Мои наблюдения совершенно не понравились главному редактору, я даже был готов к тому, что он вежливо выкинет меня из машины. Но он не отважился и сделал единственно разумный ход: сказанное мной не отнес на свой адрес.
– Вы правы, болтунов в наше время пруд пруди…
После этого мы в полном молчании доехали до редакции.
Я пожалел, что отдал ему кассету.
На поминках в актовом зале редакции я снова рассказывал, как познакомился с Ксенией, как ее контузило. Не стал только говорить о документах. Возможно, в редакции о них и не догадывались. Зачем только было городить словесный мусор о том, что «патологические садисты» ни за что убили «нашу любимую Ксюшу»? Ведь были «пробные шары» – материалы, в которых она напрямую писала о коррупции высших чиновников и связях их с бандформированиями…
Вот и написала на свою голову…
Тихие речи выступающих при скорбном молчании постепенно заполнились гулом, коллектив расслоился на маленькие спорящие компании, о родителях погибшей не вспоминали, появились первые пьяные, и незаметно поминки превратились в обыкновенное застолье. Большинство сейчас выпивали не для того, чтобы заглушить горе – его заглушить так быстро невозможно, – а для того, чтобы загасить тягостную траурную ноту. И что бы ни было, после свежего морозца на кладбище организм требует свое.
Я тихо вышел и пошел по коридору. Кабинет, где сидела Ксения, был открыт. На ее столе лежали красные гвоздики и тот же портрет, только чуть меньше, что и на кладбище. Сейф стоял в углу – серый железный шкаф в полтора метра от земли. Я не стал закрываться: все шаги хорошо прослушивались, из зала доносились и резкие, неприятно громкие голоса. Из четырех ключей один был самым крупным. Но только я его вставил, как в коридоре раздались шаги, пришлось быстро вынуть ключ.

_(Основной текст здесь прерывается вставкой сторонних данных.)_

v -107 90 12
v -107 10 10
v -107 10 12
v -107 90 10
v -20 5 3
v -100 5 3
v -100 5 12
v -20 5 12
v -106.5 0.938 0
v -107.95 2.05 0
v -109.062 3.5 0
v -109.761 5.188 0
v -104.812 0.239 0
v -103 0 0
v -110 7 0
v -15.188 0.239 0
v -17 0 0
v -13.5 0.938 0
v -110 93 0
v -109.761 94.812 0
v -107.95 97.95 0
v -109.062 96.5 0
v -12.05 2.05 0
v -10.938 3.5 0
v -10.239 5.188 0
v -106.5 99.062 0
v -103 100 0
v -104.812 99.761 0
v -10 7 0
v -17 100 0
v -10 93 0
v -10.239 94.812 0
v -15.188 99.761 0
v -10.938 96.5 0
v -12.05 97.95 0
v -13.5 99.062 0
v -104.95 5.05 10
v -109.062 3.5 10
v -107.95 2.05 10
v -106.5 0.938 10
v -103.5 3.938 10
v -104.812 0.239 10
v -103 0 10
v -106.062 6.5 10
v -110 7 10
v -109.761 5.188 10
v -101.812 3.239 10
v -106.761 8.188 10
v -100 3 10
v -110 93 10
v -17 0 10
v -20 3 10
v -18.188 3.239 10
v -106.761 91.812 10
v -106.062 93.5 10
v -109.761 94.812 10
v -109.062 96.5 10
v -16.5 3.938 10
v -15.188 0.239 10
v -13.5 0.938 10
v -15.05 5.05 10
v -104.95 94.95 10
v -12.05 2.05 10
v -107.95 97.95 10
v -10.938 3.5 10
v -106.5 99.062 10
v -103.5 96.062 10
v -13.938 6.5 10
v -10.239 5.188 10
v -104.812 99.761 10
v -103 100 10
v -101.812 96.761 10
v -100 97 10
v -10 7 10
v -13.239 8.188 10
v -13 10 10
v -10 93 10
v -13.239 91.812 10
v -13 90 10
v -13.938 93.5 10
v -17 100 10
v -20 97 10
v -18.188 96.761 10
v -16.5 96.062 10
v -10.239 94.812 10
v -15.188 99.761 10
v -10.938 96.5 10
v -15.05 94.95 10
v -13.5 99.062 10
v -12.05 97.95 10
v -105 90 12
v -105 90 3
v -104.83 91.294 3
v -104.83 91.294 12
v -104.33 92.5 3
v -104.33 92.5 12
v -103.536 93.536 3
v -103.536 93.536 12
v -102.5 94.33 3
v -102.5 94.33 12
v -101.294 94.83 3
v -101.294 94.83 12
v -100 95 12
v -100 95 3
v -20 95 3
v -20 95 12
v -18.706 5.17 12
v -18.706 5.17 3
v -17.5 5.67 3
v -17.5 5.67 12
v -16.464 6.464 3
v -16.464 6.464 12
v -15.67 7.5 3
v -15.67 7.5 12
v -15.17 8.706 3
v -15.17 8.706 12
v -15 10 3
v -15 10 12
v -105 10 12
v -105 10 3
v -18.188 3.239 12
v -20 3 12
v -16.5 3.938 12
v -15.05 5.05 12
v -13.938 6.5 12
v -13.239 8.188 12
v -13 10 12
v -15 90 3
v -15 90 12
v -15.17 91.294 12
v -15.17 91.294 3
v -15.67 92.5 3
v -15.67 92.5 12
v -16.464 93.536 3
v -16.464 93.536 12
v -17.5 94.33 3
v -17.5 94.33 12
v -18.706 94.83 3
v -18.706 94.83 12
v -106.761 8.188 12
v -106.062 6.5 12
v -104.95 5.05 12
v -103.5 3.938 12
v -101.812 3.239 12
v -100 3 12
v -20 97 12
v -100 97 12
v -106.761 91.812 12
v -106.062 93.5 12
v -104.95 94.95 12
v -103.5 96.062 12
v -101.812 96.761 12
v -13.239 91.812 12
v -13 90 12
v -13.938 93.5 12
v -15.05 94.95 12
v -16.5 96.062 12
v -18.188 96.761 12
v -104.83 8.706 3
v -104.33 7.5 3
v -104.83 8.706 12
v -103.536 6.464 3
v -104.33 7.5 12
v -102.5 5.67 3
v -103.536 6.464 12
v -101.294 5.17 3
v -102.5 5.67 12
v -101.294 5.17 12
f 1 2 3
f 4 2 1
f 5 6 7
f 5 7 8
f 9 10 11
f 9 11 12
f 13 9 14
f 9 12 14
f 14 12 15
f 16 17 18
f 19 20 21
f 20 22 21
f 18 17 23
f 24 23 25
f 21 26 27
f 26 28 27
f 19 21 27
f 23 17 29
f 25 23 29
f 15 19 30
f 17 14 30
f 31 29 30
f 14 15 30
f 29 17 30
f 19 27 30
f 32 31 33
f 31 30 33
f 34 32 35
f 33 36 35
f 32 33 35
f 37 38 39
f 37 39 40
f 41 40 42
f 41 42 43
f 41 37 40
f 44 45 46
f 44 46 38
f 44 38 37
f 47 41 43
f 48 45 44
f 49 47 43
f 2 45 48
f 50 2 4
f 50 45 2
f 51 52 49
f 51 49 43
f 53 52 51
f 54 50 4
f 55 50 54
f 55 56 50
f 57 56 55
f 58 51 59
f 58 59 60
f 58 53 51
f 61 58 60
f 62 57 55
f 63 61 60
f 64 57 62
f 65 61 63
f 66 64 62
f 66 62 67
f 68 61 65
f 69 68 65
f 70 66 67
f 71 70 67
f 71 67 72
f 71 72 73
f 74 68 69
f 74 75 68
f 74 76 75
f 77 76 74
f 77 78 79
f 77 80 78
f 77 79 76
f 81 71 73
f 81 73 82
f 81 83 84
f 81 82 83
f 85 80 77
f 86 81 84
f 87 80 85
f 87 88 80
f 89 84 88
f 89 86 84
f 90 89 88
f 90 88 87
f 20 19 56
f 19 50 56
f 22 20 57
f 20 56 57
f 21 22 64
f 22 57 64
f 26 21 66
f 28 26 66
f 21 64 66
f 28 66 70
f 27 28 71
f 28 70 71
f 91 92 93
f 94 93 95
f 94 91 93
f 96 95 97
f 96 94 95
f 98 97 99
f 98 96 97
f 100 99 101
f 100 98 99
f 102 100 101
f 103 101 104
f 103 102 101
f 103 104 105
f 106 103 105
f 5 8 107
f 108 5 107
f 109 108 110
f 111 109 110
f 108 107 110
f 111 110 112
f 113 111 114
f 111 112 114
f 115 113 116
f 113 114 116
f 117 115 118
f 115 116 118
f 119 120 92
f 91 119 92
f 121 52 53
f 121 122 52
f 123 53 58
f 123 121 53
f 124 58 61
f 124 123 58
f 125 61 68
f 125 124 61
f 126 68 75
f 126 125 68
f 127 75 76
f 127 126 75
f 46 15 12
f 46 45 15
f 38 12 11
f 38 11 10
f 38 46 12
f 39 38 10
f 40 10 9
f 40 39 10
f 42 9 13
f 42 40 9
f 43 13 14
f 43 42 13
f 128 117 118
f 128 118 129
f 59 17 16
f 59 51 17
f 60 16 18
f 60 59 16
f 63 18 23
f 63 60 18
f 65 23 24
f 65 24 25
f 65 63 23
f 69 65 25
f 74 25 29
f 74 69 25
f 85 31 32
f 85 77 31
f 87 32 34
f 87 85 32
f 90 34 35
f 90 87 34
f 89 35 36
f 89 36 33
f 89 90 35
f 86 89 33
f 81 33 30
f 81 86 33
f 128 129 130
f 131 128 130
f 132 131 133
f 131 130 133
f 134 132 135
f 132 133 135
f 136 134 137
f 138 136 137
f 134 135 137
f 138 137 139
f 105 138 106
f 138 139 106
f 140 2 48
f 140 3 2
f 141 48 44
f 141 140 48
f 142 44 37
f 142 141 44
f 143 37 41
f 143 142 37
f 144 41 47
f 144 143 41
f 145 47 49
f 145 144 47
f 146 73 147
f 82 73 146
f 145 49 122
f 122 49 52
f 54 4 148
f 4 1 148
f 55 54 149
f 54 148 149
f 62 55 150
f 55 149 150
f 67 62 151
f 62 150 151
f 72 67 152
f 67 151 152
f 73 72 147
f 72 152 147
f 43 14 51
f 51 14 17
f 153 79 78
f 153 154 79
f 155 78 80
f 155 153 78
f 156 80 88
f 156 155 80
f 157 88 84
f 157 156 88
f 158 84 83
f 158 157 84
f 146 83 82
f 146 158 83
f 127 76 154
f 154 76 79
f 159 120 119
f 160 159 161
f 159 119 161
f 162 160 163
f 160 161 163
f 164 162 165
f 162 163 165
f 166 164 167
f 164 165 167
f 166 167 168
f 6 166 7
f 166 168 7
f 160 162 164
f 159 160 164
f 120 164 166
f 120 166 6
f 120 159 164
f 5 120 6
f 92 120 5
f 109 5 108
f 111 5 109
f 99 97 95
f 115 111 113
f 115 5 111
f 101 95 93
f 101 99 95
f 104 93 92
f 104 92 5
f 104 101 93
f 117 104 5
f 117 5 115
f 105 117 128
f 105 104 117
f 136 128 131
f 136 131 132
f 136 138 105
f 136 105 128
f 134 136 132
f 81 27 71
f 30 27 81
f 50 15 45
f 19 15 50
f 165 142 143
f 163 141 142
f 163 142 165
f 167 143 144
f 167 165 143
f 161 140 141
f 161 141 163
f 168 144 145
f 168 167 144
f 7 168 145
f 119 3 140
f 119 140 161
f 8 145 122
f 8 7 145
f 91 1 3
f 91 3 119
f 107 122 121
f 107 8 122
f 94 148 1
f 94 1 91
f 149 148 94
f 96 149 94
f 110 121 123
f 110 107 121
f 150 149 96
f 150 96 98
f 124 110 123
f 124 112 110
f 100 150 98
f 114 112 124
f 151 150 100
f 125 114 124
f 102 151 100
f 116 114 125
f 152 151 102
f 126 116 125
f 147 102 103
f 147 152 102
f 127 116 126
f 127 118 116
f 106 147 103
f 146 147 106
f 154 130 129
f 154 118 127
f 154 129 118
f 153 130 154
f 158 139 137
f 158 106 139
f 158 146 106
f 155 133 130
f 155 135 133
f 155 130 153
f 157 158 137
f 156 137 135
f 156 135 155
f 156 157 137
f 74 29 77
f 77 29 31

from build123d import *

# Parameters (mm, degrees)
BOX006_W     = 90
BOX006_H     = 90
BOX006_DEPTH = 10
FILLET008_R  = 5
BOX007_W     = 100
BOX007_H     = 100
BOX007_DEPTH = 10
FILLET007_R  = 7
BOX008_W     = 94
BOX008_H     = 94
BOX008_DEPTH = 2
FILLET006_R  = 7


with BuildPart() as fillet008:
    # Box006 → Box006 (new body)
    with BuildSketch(Plane(origin=(5, 5, 3), x_dir=(1, 0, 0), z_dir=(0, 0, 1))):
        with Locations((45, 45)):
            Rectangle(BOX006_W, BOX006_H)
    extrude(amount=BOX006_DEPTH)

    # Fillet008
    fillet008_edges = [fillet008.edges().sort_by_distance(p)[0] for p in [
        (5, 5, 8),
        (5, 95, 8),
        (95, 5, 8),
        (95, 95, 8),
    ]]
    fillet(fillet008_edges, radius=FILLET008_R)


with BuildPart() as body_with_fillets003:
    # Box007 → Box007 (new body)
    with BuildSketch(Plane.XY):
        with Locations((50, 50)):
            Rectangle(BOX007_W, BOX007_H)
    extrude(amount=BOX007_DEPTH)

    # Fillet007
    fillet007_edges = [body_with_fillets003.edges().sort_by_distance(p)[0] for p in [
        (0, 0, 5),
        (0, 100, 5),
        (100, 0, 5),
        (100, 100, 5),
    ]]
    fillet(fillet007_edges, radius=FILLET007_R)


with BuildPart() as wet_palette:
    # Box008 → Box008 (new body)
    with BuildSketch(Plane(origin=(3, 3, 10), x_dir=(1, 0, 0), z_dir=(0, 0, 1))):
        with Locations((47, 47)):
            Rectangle(BOX008_W, BOX008_H)
    extrude(amount=BOX008_DEPTH)

    # Fillet006
    fillet006_edges = [wet_palette.edges().sort_by_distance(p)[0] for p in [
        (3, 3, 11),
        (3, 97, 11),
        (97, 3, 11),
        (97, 97, 11),
    ]]
    fillet(fillet006_edges, radius=FILLET006_R)

    # Fusion003: union Body with fillets003
    add(body_with_fillets003.part)

    # Cut002: cut Fillet008
    add(fillet008.part, mode=Mode.SUBTRACT)


with BuildPart() as wet_palette_1:
    # Cut002 placement: moved
    add(wet_palette.part.moved(Location((-110, 0, 0))))


solid = wet_palette_1.part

В кабинет заглянул главный редактор.
– А-а, коллега… – он покачал головой. – Что это вы тут делаете?
– Можно, я немного посижу рядом с ее столом?
– А-а, – снова протянул он. – Пожалуйста… Вы ведь были с ней достаточно близко знакомы?
– Достаточно, чтобы хорошо понять друг друга.
Покачав головой, он ушел. Я бросился к сейфу, быстро вставил ключ, провернул. Хорошо, здесь не было всяких там хитроумных запоров, номерных кодов. Взрывоопасные бумаги хранились в примитивном «совковом» ящике, который с натяжкой можно назвать сейфом. Дверца открылась с сопутствующим визгом. На верхней полке лежали тюбики, коробочка с духами, салфетки, губная помада, расческа, а на нижней – кипа бумаг, газет и пара книг. Я вытянул все наружу, бросил на стол, лихорадочно стал перебирать: явно, что здесь хранилось много чего не представляющего интереса. Наконец я обнаружил обычную пластиковую папку светло-голубого цвета. Уже с первого взгляда я понял, что нашел. Угловые штампы заоблачных высот: комитеты, министерства, комиссии… Стопку бумаг и газет я сунул на место, быстро закрыл сейф, а секретную папочку сунул за пазуху, под рубашку. Теперь надо было исчезать, причем сделать это по-английски. Меня ждали дела, ждала дева Мария, бандеровка чертова. Шеф молчаливо ждал от меня материалы из Первотравного. Я был нужен своей Родине, маме-России, всему миру – особенно с таким жестоким компроматом в штанах, который позволит вычистить грязь из стана наших вождей-небожителей. И мы все заживем лучше, веселее, честнее…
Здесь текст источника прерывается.